• **SUPPLIED DATA**
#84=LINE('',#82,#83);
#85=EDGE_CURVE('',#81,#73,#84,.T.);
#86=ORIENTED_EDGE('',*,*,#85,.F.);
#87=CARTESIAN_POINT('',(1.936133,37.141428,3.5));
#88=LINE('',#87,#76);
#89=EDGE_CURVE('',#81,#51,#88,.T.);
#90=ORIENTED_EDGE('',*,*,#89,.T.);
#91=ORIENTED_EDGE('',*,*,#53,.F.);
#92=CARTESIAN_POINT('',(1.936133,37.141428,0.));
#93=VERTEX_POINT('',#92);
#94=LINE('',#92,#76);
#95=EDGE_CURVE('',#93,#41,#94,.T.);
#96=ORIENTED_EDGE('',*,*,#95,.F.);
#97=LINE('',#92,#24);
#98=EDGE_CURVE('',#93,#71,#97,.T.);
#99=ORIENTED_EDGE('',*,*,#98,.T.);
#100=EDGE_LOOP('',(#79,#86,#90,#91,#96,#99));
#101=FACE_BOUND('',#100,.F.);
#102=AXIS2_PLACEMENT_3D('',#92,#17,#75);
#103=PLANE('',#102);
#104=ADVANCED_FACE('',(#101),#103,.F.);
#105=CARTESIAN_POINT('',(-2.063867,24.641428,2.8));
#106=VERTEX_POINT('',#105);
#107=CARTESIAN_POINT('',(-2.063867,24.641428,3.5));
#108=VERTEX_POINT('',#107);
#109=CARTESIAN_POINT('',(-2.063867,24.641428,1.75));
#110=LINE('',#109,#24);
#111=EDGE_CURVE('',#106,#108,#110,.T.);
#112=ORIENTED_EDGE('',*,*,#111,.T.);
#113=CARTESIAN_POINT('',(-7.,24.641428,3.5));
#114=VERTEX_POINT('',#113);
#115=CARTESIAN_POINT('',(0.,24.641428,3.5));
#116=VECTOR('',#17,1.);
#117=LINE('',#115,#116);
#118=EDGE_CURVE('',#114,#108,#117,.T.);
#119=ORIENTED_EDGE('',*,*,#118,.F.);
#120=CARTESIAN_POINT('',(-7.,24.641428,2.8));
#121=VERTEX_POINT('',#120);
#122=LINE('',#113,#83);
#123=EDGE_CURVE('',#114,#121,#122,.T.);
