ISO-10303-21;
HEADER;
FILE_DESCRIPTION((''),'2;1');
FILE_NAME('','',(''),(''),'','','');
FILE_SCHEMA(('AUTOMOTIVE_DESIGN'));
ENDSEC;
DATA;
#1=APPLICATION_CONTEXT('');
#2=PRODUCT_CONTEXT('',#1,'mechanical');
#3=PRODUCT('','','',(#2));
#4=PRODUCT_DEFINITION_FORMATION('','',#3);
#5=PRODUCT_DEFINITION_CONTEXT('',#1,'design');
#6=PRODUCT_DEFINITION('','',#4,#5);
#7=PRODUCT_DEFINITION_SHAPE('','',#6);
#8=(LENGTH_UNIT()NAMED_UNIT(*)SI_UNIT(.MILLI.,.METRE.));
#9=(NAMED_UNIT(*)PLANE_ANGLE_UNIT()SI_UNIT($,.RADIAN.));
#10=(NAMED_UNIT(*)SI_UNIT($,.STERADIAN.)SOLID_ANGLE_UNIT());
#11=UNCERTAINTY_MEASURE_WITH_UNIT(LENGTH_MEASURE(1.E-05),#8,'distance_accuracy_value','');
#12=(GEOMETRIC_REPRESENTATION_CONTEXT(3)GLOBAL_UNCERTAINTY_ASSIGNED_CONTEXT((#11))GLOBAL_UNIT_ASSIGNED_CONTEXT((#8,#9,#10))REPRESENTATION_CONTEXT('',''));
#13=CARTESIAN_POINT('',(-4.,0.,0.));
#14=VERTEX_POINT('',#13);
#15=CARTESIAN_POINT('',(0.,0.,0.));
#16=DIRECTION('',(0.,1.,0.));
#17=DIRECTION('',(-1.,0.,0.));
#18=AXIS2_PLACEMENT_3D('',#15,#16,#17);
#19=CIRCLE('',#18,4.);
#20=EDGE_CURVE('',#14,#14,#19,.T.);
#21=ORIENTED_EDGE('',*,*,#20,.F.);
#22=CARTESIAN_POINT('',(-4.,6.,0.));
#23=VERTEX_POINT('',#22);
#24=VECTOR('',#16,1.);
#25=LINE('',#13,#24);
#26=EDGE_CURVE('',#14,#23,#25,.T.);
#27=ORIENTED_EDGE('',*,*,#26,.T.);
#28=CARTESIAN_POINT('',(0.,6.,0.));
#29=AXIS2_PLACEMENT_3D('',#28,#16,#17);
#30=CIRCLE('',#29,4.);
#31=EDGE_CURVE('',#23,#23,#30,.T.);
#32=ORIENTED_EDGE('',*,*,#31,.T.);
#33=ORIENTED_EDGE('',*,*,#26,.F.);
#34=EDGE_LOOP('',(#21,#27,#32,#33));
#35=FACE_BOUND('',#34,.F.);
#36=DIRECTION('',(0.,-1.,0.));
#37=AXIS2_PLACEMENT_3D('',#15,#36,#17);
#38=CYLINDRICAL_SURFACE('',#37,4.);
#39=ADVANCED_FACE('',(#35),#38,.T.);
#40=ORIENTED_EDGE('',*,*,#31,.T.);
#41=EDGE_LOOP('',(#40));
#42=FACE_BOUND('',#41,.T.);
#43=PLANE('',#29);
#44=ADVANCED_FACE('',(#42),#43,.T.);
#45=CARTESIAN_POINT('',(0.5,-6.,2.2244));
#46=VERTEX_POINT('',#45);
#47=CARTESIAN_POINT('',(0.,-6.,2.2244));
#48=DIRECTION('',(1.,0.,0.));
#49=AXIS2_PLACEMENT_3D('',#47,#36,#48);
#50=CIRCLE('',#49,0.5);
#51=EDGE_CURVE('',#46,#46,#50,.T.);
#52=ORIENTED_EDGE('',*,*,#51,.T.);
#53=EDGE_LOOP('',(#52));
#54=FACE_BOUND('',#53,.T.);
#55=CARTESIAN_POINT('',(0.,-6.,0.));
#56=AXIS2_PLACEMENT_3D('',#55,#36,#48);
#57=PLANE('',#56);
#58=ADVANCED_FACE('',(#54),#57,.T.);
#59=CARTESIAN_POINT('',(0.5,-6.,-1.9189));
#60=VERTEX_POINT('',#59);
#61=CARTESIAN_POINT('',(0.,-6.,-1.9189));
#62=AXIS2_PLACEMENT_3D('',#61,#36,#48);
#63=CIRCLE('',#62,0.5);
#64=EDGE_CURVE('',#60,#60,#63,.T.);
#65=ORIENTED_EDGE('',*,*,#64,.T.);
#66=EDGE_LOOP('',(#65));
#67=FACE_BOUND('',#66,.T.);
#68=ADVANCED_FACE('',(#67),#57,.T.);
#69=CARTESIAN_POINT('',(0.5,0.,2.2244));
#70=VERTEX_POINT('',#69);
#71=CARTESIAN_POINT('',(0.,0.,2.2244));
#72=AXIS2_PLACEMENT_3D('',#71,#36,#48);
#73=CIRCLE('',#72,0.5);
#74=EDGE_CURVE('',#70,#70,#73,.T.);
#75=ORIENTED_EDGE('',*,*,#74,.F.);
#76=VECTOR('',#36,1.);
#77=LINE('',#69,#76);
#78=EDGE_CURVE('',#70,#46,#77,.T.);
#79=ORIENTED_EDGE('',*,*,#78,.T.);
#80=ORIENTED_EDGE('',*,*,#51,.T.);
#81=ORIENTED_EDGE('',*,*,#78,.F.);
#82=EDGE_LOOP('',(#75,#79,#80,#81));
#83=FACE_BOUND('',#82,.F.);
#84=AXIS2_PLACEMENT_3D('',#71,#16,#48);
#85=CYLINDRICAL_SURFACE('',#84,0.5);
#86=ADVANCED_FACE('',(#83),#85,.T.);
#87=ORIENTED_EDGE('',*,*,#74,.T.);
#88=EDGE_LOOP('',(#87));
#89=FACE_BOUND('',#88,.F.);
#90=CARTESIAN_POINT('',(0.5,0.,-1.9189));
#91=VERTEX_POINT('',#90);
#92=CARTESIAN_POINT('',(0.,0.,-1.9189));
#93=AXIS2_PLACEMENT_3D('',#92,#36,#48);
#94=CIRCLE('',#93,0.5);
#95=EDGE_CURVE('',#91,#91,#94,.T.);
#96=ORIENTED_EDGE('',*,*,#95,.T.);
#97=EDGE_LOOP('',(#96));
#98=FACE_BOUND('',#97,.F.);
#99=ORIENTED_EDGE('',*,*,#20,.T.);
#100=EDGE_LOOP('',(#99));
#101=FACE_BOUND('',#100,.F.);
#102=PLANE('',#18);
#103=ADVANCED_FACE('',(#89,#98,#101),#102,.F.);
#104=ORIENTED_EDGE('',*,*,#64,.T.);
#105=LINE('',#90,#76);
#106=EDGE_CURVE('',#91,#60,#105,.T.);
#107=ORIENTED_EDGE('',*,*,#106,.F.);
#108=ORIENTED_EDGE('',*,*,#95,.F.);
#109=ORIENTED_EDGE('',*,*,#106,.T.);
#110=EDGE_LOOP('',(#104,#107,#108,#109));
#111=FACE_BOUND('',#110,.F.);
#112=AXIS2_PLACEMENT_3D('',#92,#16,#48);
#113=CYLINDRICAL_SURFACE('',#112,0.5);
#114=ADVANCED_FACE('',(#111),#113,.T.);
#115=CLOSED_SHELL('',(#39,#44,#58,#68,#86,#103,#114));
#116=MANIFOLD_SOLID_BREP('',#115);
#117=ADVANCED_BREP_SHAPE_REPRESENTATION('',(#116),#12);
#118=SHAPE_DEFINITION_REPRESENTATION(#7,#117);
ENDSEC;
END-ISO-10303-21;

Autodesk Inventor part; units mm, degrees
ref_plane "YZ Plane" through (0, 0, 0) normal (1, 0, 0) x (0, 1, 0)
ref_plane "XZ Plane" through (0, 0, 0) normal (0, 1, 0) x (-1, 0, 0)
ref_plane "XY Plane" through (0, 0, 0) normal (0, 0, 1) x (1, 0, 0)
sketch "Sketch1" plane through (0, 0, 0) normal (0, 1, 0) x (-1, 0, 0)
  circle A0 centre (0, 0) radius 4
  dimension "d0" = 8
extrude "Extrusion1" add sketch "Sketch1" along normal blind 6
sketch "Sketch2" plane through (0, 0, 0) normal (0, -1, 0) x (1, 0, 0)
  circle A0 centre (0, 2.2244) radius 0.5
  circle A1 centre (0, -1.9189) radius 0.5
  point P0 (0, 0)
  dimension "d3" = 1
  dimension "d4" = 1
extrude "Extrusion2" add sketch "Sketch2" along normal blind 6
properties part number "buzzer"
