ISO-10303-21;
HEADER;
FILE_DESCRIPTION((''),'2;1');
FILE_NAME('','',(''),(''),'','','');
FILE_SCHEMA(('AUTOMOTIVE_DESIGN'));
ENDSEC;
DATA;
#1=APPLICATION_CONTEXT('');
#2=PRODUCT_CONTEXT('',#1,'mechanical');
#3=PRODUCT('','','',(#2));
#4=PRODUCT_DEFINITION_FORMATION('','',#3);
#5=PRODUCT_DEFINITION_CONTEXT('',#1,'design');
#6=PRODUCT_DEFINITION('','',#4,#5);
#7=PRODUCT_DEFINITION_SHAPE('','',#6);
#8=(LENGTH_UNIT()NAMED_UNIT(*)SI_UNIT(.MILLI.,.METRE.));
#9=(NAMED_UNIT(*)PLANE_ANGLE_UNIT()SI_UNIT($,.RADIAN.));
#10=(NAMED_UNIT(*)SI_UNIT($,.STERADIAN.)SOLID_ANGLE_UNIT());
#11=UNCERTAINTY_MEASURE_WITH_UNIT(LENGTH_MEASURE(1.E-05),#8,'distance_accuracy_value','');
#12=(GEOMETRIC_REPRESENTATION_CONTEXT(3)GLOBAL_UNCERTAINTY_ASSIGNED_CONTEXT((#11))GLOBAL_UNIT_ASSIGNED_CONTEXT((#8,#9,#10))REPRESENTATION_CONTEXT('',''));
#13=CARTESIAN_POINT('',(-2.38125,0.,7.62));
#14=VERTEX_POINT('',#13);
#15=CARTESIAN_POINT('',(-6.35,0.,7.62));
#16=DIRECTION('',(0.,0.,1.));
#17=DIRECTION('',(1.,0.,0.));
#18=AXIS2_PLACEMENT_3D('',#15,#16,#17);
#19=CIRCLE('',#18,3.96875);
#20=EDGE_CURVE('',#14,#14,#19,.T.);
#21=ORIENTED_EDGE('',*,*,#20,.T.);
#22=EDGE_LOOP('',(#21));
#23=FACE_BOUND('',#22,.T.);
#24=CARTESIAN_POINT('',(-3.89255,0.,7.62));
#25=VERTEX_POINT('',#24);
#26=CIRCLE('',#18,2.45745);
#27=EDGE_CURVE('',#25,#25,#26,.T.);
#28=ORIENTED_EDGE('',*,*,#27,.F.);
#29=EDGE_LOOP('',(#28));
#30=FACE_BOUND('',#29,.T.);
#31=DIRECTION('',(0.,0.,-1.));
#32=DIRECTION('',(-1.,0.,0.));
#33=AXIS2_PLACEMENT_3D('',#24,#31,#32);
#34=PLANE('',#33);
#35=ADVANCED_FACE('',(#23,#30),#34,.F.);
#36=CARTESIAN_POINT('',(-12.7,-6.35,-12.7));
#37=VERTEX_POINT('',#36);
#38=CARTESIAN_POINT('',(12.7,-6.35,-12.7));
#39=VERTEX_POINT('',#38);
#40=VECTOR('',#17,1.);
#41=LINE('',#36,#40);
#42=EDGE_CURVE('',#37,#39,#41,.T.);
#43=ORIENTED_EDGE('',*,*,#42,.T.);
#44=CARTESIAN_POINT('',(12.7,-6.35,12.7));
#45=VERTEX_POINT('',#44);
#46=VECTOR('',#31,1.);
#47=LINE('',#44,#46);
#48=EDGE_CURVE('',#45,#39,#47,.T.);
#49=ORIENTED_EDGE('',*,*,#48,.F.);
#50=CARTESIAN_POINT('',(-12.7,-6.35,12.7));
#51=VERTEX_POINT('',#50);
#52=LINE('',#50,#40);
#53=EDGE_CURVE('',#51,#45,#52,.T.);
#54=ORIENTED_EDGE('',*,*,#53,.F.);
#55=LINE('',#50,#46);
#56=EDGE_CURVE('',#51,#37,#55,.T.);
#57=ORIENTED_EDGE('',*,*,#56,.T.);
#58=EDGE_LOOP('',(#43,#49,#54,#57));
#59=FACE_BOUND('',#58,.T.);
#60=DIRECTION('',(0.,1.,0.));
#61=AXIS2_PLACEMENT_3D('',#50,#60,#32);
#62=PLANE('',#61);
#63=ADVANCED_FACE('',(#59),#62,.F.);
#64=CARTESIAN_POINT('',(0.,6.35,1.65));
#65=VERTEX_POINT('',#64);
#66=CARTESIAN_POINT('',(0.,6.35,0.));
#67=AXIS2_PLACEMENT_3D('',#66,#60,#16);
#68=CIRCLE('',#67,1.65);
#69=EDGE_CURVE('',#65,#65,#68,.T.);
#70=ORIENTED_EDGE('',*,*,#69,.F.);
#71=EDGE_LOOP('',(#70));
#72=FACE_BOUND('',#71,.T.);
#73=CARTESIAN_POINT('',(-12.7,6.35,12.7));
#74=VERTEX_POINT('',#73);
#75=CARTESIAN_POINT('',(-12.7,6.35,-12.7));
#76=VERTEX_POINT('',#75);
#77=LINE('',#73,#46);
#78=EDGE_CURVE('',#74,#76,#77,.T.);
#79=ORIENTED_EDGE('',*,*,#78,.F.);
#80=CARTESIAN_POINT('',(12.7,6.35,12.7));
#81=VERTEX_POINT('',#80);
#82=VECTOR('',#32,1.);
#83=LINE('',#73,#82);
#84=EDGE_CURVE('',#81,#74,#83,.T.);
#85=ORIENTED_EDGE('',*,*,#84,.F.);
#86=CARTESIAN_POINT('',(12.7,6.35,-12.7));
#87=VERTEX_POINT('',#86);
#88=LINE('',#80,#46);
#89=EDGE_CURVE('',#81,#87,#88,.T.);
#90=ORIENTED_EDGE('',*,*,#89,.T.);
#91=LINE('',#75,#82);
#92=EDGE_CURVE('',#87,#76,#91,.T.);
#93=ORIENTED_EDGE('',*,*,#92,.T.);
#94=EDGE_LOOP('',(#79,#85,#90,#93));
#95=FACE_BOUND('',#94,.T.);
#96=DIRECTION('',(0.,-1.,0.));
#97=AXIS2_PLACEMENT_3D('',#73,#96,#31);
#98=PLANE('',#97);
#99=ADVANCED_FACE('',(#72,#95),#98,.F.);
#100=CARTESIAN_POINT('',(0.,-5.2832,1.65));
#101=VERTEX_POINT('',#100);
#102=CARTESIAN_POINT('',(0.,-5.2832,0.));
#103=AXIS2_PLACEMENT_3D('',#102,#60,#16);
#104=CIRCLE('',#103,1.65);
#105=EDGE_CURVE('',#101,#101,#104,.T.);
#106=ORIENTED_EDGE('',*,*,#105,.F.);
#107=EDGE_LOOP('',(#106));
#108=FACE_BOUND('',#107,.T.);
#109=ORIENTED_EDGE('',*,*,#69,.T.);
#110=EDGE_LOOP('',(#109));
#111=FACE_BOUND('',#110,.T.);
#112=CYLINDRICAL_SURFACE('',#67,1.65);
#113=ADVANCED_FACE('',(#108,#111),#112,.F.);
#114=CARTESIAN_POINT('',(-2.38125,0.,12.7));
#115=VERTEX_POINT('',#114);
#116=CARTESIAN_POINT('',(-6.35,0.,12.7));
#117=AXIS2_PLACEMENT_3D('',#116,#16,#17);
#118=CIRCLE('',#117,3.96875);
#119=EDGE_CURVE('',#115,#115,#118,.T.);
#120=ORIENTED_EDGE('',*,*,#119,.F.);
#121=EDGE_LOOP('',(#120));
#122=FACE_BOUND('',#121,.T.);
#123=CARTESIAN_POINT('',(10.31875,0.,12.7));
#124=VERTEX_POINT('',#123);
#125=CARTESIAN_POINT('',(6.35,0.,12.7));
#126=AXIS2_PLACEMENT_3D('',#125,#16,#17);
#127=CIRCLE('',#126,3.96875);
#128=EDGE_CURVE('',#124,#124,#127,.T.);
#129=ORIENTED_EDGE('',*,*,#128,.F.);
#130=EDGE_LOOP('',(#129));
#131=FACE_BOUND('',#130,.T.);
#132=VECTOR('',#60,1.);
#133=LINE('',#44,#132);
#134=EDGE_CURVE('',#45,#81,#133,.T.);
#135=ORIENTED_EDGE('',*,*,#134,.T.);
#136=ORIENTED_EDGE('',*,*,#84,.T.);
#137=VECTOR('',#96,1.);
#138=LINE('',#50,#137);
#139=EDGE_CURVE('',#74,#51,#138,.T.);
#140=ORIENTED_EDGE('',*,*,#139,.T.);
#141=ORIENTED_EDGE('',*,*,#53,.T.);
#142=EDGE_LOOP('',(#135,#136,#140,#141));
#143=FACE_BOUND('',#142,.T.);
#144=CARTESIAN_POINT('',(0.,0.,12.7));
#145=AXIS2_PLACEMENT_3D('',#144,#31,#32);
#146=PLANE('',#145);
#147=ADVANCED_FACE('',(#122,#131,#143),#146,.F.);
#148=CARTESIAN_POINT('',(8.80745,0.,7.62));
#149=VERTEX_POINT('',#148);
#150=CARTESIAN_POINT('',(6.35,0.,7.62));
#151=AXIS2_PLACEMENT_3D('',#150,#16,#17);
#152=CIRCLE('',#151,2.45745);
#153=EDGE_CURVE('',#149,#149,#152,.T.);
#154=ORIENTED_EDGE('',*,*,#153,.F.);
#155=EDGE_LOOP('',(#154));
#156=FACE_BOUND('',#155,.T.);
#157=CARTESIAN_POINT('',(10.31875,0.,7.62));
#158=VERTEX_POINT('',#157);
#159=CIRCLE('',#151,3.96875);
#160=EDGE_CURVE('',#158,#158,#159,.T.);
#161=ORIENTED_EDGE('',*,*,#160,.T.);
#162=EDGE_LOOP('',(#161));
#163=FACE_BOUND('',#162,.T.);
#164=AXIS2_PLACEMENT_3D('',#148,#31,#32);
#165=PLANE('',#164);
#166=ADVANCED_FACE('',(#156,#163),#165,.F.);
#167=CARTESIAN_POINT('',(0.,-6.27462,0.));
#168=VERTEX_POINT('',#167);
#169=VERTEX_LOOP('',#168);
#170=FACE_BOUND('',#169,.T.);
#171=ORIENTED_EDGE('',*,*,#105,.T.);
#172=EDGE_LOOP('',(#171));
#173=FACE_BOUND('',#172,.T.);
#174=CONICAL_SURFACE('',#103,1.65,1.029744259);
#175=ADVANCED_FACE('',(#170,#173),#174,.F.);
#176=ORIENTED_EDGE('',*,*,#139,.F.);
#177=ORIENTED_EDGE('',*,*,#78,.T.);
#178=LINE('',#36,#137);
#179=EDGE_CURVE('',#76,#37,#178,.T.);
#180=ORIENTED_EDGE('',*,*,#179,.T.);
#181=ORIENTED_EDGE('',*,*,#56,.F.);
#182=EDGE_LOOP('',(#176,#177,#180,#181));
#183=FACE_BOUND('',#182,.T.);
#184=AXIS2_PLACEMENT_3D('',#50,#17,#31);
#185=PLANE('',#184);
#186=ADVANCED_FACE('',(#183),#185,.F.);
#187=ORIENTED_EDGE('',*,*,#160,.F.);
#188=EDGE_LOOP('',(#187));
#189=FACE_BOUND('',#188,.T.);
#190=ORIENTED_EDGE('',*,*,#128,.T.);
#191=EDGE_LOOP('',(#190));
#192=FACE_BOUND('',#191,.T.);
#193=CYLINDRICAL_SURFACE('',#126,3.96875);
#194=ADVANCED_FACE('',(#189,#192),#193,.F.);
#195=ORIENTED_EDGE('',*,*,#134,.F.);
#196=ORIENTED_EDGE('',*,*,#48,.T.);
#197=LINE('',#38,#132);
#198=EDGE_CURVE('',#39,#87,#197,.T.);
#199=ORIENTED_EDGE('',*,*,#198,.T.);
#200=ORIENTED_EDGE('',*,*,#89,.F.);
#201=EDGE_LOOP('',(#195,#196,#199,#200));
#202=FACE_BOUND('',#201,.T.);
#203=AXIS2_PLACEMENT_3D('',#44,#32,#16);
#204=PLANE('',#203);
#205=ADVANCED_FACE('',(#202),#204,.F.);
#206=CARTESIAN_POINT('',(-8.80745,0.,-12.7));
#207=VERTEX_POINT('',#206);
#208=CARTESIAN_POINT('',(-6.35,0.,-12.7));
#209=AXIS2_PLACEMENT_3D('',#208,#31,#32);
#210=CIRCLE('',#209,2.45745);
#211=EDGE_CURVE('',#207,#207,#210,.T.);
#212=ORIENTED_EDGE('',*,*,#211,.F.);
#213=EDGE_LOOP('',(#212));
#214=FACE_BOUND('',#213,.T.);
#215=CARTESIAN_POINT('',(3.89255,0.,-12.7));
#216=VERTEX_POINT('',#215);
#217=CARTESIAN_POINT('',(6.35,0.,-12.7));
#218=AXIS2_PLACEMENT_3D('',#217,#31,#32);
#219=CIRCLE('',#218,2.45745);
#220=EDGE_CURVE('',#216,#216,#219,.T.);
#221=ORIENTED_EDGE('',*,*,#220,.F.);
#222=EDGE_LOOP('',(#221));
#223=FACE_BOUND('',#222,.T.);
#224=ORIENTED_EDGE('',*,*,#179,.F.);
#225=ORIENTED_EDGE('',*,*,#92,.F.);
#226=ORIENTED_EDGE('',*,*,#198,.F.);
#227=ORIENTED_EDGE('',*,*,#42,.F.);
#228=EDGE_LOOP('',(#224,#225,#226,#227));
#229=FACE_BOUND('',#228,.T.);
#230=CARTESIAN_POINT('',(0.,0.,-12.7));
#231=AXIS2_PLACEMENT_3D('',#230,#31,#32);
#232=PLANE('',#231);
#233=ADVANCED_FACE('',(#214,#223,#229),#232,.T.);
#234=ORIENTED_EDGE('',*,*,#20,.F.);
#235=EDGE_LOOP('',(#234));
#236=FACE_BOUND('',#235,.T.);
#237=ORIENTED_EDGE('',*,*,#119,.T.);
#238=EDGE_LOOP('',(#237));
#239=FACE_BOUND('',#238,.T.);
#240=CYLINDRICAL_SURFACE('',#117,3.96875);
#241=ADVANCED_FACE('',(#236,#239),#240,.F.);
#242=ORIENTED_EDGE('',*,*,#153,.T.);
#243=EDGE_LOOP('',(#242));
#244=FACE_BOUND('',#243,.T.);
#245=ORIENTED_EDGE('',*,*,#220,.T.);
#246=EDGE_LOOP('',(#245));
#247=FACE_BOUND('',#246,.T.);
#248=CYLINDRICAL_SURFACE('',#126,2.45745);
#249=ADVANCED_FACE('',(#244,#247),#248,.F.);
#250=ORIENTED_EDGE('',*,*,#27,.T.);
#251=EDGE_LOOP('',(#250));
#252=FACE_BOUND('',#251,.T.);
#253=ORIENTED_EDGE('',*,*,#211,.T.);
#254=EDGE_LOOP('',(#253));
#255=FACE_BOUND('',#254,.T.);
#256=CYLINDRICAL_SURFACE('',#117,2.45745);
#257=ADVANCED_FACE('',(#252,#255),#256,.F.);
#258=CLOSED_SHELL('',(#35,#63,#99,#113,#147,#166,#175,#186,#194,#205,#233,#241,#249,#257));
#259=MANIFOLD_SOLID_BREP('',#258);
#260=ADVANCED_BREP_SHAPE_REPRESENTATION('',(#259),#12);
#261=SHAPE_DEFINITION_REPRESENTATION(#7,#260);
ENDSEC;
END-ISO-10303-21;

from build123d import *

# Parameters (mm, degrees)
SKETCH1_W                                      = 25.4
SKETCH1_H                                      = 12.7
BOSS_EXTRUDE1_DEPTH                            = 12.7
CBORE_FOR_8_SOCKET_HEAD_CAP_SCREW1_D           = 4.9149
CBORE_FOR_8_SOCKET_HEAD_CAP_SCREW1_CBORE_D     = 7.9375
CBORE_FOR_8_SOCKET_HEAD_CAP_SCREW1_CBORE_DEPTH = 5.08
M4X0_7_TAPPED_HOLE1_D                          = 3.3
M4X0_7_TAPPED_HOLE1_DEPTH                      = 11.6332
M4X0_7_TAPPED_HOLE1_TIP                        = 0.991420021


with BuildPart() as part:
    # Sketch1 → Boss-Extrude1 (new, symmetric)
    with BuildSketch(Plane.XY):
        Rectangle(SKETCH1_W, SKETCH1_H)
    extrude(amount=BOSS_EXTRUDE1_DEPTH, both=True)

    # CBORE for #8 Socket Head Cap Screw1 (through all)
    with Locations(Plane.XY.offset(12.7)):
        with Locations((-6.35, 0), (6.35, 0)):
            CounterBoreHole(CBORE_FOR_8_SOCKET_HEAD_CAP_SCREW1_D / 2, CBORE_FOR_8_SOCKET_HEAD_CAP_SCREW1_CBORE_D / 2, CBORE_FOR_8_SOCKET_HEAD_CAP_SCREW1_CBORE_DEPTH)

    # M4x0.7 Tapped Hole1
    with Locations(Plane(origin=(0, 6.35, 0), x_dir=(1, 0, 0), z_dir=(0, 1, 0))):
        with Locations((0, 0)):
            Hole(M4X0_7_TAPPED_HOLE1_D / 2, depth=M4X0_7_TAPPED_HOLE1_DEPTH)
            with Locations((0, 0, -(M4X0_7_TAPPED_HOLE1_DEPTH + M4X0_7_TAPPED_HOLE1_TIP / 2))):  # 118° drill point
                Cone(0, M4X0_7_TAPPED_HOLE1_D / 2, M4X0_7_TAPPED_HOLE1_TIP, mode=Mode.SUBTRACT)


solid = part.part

• **ACTIVITY**
Using only the listing above, restate exactly the lines from the line containing "#21=ORIENTED_EDGE('',*,*,#20,.F.);" through the line containing "#32=ORIENTED_EDGE('',*,*,#31,.T.);", both included.

• **RESPONSE TO THIS TASK**
#21=ORIENTED_EDGE('',*,*,#20,.F.);
#22=CARTESIAN_POINT('',(-4.,6.,0.));
#23=VERTEX_POINT('',#22);
#24=VECTOR('',#16,1.);
#25=LINE('',#13,#24);
#26=EDGE_CURVE('',#14,#23,#25,.T.);
#27=ORIENTED_EDGE('',*,*,#26,.T.);
#28=CARTESIAN_POINT('',(0.,6.,0.));
#29=AXIS2_PLACEMENT_3D('',#28,#16,#17);
#30=CIRCLE('',#29,4.);
#31=EDGE_CURVE('',#23,#23,#30,.T.);
#32=ORIENTED_EDGE('',*,*,#31,.T.);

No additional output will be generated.